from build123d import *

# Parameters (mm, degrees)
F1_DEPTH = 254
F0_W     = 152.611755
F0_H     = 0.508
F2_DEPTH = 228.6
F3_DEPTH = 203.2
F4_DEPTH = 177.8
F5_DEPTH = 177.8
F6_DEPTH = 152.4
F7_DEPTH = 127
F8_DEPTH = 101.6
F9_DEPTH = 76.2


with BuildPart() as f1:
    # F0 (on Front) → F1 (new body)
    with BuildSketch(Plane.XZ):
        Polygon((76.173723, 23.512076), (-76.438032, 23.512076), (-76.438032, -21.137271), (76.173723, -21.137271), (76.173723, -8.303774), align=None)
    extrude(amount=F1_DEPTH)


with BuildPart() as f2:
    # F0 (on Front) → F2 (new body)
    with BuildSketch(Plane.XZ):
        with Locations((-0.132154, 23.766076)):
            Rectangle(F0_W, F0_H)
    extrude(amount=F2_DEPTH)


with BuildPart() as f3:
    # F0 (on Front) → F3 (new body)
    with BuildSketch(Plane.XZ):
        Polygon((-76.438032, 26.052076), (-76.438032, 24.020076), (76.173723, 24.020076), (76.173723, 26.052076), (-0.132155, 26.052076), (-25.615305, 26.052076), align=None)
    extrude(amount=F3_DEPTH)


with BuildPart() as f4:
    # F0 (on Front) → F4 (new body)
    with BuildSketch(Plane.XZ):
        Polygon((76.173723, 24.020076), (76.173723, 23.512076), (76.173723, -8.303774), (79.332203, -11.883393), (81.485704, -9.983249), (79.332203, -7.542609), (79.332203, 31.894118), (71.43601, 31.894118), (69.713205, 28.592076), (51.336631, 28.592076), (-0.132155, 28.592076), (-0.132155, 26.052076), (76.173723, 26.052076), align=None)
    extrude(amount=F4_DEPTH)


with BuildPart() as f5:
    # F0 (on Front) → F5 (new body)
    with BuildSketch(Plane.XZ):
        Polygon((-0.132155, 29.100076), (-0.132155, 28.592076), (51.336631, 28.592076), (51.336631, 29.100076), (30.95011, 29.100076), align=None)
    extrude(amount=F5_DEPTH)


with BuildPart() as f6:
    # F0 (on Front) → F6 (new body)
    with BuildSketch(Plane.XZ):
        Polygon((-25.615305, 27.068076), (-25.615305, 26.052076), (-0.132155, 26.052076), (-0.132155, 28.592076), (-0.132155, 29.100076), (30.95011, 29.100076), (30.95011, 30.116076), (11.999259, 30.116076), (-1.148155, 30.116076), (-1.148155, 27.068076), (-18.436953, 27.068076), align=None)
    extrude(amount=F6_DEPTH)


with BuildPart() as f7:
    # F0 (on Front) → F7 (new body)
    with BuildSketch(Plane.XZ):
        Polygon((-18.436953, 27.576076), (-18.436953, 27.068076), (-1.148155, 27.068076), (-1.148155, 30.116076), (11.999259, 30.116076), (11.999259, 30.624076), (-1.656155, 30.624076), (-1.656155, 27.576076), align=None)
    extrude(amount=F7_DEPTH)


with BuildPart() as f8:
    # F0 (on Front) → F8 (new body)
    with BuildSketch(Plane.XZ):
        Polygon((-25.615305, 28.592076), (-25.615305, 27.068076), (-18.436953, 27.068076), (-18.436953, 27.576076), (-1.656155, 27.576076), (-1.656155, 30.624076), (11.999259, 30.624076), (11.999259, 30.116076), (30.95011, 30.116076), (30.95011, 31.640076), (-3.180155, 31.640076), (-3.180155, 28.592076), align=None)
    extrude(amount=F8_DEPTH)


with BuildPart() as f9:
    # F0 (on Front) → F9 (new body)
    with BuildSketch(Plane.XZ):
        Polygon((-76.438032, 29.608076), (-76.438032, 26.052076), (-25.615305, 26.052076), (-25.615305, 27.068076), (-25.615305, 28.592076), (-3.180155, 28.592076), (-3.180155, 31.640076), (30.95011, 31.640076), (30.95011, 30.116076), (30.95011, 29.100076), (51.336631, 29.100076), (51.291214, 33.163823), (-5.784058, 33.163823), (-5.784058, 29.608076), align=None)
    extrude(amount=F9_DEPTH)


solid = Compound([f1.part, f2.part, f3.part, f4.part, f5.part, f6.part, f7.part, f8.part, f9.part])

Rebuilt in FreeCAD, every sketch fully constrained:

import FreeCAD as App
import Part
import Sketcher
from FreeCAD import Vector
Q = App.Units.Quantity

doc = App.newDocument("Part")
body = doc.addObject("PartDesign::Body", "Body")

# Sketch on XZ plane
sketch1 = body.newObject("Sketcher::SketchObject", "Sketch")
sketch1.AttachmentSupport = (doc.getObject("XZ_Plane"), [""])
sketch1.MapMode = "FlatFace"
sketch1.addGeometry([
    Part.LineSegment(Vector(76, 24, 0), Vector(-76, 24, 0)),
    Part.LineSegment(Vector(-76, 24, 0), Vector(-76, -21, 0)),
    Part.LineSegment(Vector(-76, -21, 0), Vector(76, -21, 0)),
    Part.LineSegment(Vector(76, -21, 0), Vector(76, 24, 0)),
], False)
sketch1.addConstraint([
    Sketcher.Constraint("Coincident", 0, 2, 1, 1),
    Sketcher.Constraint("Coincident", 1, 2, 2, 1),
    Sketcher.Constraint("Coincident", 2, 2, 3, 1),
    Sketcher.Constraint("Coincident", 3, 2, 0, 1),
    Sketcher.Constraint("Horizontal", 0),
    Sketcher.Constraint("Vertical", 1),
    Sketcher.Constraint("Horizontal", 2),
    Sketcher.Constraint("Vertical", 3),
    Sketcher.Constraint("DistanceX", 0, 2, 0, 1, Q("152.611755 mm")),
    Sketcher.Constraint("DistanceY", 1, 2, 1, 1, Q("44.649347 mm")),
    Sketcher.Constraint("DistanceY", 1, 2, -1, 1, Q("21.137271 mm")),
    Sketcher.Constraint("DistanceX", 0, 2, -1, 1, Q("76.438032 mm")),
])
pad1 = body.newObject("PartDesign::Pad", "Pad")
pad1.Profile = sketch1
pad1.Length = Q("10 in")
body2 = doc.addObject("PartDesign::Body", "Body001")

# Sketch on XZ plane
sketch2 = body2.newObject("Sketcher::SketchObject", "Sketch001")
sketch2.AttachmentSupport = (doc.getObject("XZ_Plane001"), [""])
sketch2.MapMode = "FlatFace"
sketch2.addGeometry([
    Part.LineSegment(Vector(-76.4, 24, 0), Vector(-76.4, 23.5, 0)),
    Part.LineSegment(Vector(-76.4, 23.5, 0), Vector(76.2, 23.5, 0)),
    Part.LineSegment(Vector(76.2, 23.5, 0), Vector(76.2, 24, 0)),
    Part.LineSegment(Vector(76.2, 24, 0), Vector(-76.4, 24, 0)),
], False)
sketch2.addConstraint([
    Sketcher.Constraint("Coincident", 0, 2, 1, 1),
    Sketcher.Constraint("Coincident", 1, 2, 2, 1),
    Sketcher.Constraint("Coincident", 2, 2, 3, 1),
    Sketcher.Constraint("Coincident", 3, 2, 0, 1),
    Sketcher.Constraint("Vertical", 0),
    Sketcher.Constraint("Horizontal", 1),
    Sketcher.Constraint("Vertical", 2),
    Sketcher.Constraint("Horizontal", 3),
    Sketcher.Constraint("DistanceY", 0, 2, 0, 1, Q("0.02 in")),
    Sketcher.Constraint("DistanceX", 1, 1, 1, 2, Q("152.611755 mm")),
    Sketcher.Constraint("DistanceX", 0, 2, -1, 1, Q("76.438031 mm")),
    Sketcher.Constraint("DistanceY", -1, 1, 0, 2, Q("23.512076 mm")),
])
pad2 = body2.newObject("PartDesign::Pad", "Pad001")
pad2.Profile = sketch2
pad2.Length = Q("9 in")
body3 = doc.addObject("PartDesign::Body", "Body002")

· · · · · · ·

--- TASK PROMPT ---
Find every line in the records that has the word "BuildPart". Copy those lines.

--- YOUR SOLUTION ---
with BuildPart() as f1:
with BuildPart() as f2:
with BuildPart() as f3:
with BuildPart() as f4:
with BuildPart() as f5:
with BuildPart() as f6:
with BuildPart() as f7:
with BuildPart() as f8:
with BuildPart() as f9:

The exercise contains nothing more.